Stumbled over this forum while Googling for an answer, looks like this would be the right place to get one.. ^^ Two years ago I bought a pair of Scarecrow vampire fangs, but ended up never using them because of the warning saying "Don't wear your fangs while using drugs or alcohol" 

Now Halloween is almost upon us yet again - tomorrow actually, throwing an early party this year and another one next week - and I really feel like trying on the ol' vamp fangs.. Do anyone here know for sure wether or not drinking alcohol will somehow ruin the stuff you scoop into the teeth?

Any input appreciated!


----------



## Push Eject (Oct 11, 2005)

Never even heard of them.
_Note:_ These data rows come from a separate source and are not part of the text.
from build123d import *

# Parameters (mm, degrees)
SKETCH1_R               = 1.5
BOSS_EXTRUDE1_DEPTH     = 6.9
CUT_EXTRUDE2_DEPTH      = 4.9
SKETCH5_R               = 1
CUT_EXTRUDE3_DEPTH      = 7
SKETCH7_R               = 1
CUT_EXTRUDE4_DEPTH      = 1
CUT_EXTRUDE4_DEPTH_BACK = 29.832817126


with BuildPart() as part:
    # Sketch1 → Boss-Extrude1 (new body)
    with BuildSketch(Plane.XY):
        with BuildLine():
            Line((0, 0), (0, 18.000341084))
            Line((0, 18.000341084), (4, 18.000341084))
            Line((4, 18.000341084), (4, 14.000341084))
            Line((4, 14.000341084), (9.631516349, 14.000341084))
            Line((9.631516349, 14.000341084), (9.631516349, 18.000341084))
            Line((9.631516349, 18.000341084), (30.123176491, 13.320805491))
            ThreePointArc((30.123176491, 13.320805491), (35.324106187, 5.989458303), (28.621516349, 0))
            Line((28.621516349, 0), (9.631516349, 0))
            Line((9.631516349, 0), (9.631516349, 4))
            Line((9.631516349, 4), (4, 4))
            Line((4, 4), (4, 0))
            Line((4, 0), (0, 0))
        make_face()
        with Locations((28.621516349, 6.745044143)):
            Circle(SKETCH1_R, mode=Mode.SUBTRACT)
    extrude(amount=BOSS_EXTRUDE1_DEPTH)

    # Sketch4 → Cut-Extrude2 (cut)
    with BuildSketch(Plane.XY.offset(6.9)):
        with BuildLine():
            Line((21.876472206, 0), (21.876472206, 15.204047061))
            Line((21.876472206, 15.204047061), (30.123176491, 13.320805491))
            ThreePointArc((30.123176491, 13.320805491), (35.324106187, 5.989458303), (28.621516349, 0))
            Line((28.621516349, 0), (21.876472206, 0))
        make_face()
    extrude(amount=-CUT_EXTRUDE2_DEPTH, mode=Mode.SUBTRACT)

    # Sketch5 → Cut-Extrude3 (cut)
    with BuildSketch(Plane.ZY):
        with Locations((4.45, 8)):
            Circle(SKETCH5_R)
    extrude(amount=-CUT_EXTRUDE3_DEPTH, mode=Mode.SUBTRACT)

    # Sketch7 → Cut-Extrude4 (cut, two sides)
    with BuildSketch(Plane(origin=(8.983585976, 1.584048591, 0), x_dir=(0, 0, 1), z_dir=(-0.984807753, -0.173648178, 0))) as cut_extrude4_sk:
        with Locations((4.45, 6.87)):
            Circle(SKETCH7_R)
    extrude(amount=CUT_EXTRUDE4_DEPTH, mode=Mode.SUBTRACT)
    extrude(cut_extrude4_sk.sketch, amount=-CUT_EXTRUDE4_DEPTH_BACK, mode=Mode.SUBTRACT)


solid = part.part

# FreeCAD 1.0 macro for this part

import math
import FreeCAD as App
import Part
import Sketcher
from FreeCAD import Vector

doc = App.newDocument("Part")
body = doc.addObject("PartDesign::Body", "Body")

# Sketch on XY plane
sketch1 = body.newObject("Sketcher::SketchObject", "Sketch")
sketch1.AttachmentSupport = (doc.getObject("XY_Plane"), [""])
sketch1.MapMode = "FlatFace"
sketch1.addGeometry(Part.LineSegment(Vector(0, 18.000341, 0), Vector(0, 0, 0)), False)
sketch1.addGeometry(Part.LineSegment(Vector(0, 0, 0), Vector(4, 0, 0)), False)
sketch1.addGeometry(Part.LineSegment(Vector(4, 0, 0), Vector(4, 4, 0)), False)
sketch1.addGeometry(Part.LineSegment(Vector(4, 4, 0), Vector(9.631516, 4, 0)), False)
sketch1.addGeometry(Part.LineSegment(Vector(9.631516, 4, 0), Vector(9.631516, 0, 0)), False)
sketch1.addGeometry(Part.LineSegment(Vector(9.631516, 0, 0), Vector(28.621516, 0, 0)), False)
sketch1.addGeometry(Part.ArcOfCircle(Part.Circle(Vector(28.621516, 6.745044, 0), Vector(0, 0, 1), 6.745044), math.radians(-90), math.radians(77.136352)), False)
sketch1.addGeometry(Part.LineSegment(Vector(30.123176, 13.320805, 0), Vector(9.631516, 18.000341, 0)), False)
sketch1.addGeometry(Part.LineSegment(Vector(9.631516, 18.000341, 0), Vector(9.631516, 14.000341, 0)), False)
sketch1.addGeometry(Part.LineSegment(Vector(9.631516, 14.000341, 0), Vector(4, 14.000341, 0)), False)
sketch1.addGeometry(Part.LineSegment(Vector(4, 14.000341, 0), Vector(4, 18.000341, 0)), False)
sketch1.addGeometry(Part.LineSegment(Vector(4, 18.000341, 0), Vector(0, 18.000341, 0)), False)
sketch1.addGeometry(Part.Circle(Vector(28.621516, 6.745044, 0), Vector(0, 0, 1), 1.5), False)
sketch1.addConstraint(Sketcher.Constraint("Coincident", 0, 2, 1, 1))
sketch1.addConstraint(Sketcher.Constraint("Coincident", 1, 2, 2, 1))
sketch1.addConstraint(Sketcher.Constraint("Coincident", 2, 2, 3, 1))
sketch1.addConstraint(Sketcher.Constraint("Coincident", 3, 2, 4, 1))
sketch1.addConstraint(Sketcher.Constraint("Coincident", 4, 2, 5, 1))
sketch1.addConstraint(Sketcher.Constraint("Tangent", 5, 2, 6, 1))
sketch1.addConstraint(Sketcher.Constraint("Tangent", 6, 2, 7, 1))
sketch1.addConstraint(Sketcher.Constraint("Coincident", 7, 2, 8, 1))
sketch1.addConstraint(Sketcher.Constraint("Coincident", 8, 2, 9, 1))
sketch1.addConstraint(Sketcher.Constraint("Coincident", 9, 2, 10, 1))
sketch1.addConstraint(Sketcher.Constraint("Coincident", 10, 2, 11, 1))
sketch1.addConstraint(Sketcher.Constraint("Coincident", 11, 2, 0, 1))
sketch1.addConstraint(Sketcher.Constraint("Vertical", 0))
sketch1.addConstraint(Sketcher.Constraint("Horizontal", 1))
sketch1.addConstraint(Sketcher.Constraint("Vertical", 2))
sketch1.addConstraint(Sketcher.Constraint("Horizontal", 3))
sketch1.addConstraint(Sketcher.Constraint("Vertical", 4))
sketch1.addConstraint(Sketcher.Constraint("Horizontal", 5))
sketch1.addConstraint(Sketcher.Constraint("Vertical", 8))
sketch1.addConstraint(Sketcher.Constraint("Horizontal", 9))
sketch1.addConstraint(Sketcher.Constraint("Vertical", 10))
sketch1.addConstraint(Sketcher.Constraint("Horizontal", 11))
sketch1.addConstraint(Sketcher.Constraint("Coincident", 0, 2, -1, 1))
sketch1.addConstraint(Sketcher.Constraint("Coincident", 12, 3, 6, 3))
sketch1.addConstraint(Sketcher.Constraint("PointOnObject", 4, 2, -1))
sketch1.addConstraint(Sketcher.Constraint("Horizontal", 7, 2, 10, 2))
sketch1.addConstraint(Sketcher.Constraint("Vertical", 4, 2, 7, 2))
sketch1.addConstraint(Sketcher.Constraint("Vertical", 2, 2, 9, 2))
sketch1.addConstraint(Sketcher.Constraint("Equal", 11, 2))
sketch1.addConstraint(Sketcher.Constraint("Equal", 4, 8))
sketch1.addConstraint(Sketcher.Constraint("Diameter", 12, 3.0))
sketch1.addConstraint(Sketcher.Constraint("DistanceX", 1, 1, 1, 2, 4.0))
sketch1.addConstraint(Sketcher.Constraint("DistanceX", 5, 1, 5, 2, 18.99))
sketch1.addConstraint(Sketcher.Constraint("Radius", 6, 6.745044))
sketch1.addConstraint(Sketcher.Constraint("DistanceY", 0, 2, 0, 1, 18.000341))
sketch1.addConstraint(Sketcher.Constraint("DistanceX", 3, 1, 3, 2, 5.631516))
pad1 = body.newObject("PartDesign::Pad", "Pad")
pad1.Profile = sketch1
pad1.Length = 6.9

# Sketch on XY plane
sketch2 = body.newObject("Sketcher::SketchObject", "Sketch001")
sketch2.AttachmentSupport = (doc.getObject("XY_Plane"), [""])
sketch2.MapMode = "FlatFace"
sketch2.AttachmentOffset = App.Placement(Vector(0, 0, 6.9), App.Rotation())
sketch2.addGeometry(Part.LineSegment(Vector(21.876472, 15.204047, 0), Vector(21.876472, 0, 0)), False)
sketch2.addGeometry(Part.LineSegment(Vector(21.876472, 0, 0), Vector(28.621516, 0, 0)), False)
sketch2.addGeometry(Part.ArcOfCircle(Part.Circle(Vector(28.621516, 6.745044, 0), Vector(0, 0, 1), 6.745044), math.radians(-90), math.radians(77.136352)), False)
sketch2.addGeometry(Part.LineSegment(Vector(30.123176, 13.320805, 0), Vector(21.876472, 15.204047, 0)), False)
sketch2.addConstraint(Sketcher.Constraint("Coincident", 0, 2, 1, 1))
sketch2.addConstraint(Sketcher.Constraint("Tangent", 1, 2, 2, 1))
sketch2.addConstraint(Sketcher.Constraint("Tangent", 2, 2, 3, 1))
sketch2.addConstraint(Sketcher.Constraint("Coincident", 3, 2, 0, 1))
sketch2.addConstraint(Sketcher.Constraint("Vertical", 0))
sketch2.addConstraint(Sketcher.Constraint("Horizontal", 1))
sketch2.addConstraint(Sketcher.Constraint("PointOnObject", 0, 2, -1))
sketch2.addConstraint(Sketcher.Constraint("Radius", 2, 6.745044))
sketch2.addConstraint(Sketcher.Constraint("DistanceX", 1, 1, 1, 2, 6.745044))
sketch2.addConstraint(Sketcher.Constraint("DistanceY", 0, 2, 0, 1, 15.204047))
sketch2.addConstraint(Sketcher.Constraint("DistanceX", -1, 1, 2, 3, 28.621516))
pocket1 = body.newObject("PartDesign::Pocket", "Pocket")
pocket1.Profile = sketch2
pocket1.Length = 4.9

# Sketch on YZ plane
sketch3 = body.newObject("Sketcher::SketchObject", "Sketch002")
sketch3.AttachmentSupport = (doc.getObject("YZ_Plane"), [""])
sketch3.MapMode = "FlatFace"
sketch3.addGeometry(Part.Circle(Vector(8, 4.45, 0), Vector(0, 0, 1), 1), False)
sketch3.addConstraint(Sketcher.Constraint("Diameter", 0, 2.0))
sketch3.addConstraint(Sketcher.Constraint("DistanceX", -1, 1, 0, 3, 8.0))
sketch3.addConstraint(Sketcher.Constraint("DistanceY", -1, 1, 0, 3, 4.45))
pocket2 = body.newObject("PartDesign::Pocket", "Pocket001")
pocket2.Profile = sketch3
pocket2.Length = 7
pocket2.Reversed = True

# Sketch on an angled plane
sketch4 = body.newObject("Sketcher::SketchObject", "Sketch003")
sketch4.Placement = App.Placement(Vector(8.983586, 1.584049, 0), App.Rotation(Vector(0, 0, 1), Vector(-0.173648178, 0.984807753, 0), Vector(-0.984807753, -0.173648178, 0), "ZXY"))
sketch4.addGeometry(Part.Circle(Vector(4.45, 6.87, 0), Vector(0, 0, 1), 1), False)
sketch4.addConstraint(Sketcher.Constraint("Diameter", 0, 2.0))
sketch4.addConstraint(Sketcher.Constraint("DistanceX", -1, 1, 0, 3, 4.45))
sketch4.addConstraint(Sketcher.Constraint("DistanceY", -1, 1, 0, 3, 6.87))
pocket3 = body.newObject("PartDesign::Pocket", "Pocket002")
pocket3.Profile = sketch4
pocket3.Type = "TwoLengths"
pocket3.Length = 1
pocket3.Length2 = 29.832817
pocket3.Reversed = True

doc.recompute()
What do they look like? Do you have a link online to the product?


----------



## magicmatt (Aug 17, 2005)

I don't know if anything will happen to the fangs, but I would think the warning is so that don't get plastered and swallow them.

They are made of nylon and probably wont digest. That would hurt before and during the way out.

If you are worried, I would remove the filling and switch to thermal plastic. I did and I can remold the fangs whenever I want without having to get more goop.


----------



## freudstein (Aug 9, 2007)

My fiance will be wearing some of the 'werewolf' ones this year, and I read this warning on the instructions. But I *REALLY* don't see any harm in wearing the whilst drinking, providing you take them out at the end of the night. It's just a safety warning I think. The recommendation for Scarecrow fangs came from a number of users on this forum actually, so I'm sure there'll be many users who can give you a "tried and tested" answer


----------



## Muffy (Sep 25, 2006)

My Joey was in the operating room for 17 years & has some of the most frightful stories to tell about various sugeries so I asked him if you swallowed one of these....would it just move through & come out the other end...here is his reply.....it might come out, you could choke, perferate a bowel, or get a bowel obstruction. Then they would have to operate. If you were drunk & passed out it could cause bowel obstruction or perforated bowel which could kill if something was not done about it.

So I guess not a good idea for someone who plans to drink a bit much!!

Muf


----------



## the dogman (Jul 8, 2007)

there are a few warning put on the packaging to keep you from swallowing them or doing any other harm with them.

as for a way to fix them in (as long as your not eating or drinking heavily) is fixodent or other denture paste.
keeps the fangs in with a good hold, but be sure to remove them before you eat and reapply the denture stuff to put them back on.


----------



## Frankie's Girl (Aug 27, 2007)

DO NOT EAT WITH THEM IN!!!

The way the polymer works is it forms a perfect negative for your teeth. They snap on and snap off, and if you were to try to bite something, they could easily snap off and be swallowed.

The main reason they say not to drink while wearing them is the danger of swallowing them, but there is another major reason:

Drinking anything with any sort of coloring will stain the teeth. If you drink anything red like wine, expect to have pink fangs shortly after...


----------



## Magickbean (Dec 6, 2007)

Yes, I've been using Scarecrow fangs for years and I've found that to simply be a safety precaution. It's so you don't get too wasted and swallowing them (same thing for eating in them, although really that would just be uncomfortable/almost impossible anyways!) 

One thing I will add to it is, if you are going to drink with them in, be careful *what* you drink - anything that is strongly coloured will discolour the fangs ie red wine, coloured alchopops/punches/cocktails or tea/coffee. I have managed to successfully turn one pair of fangs pink whilst drinking cherry vodkas lol


----------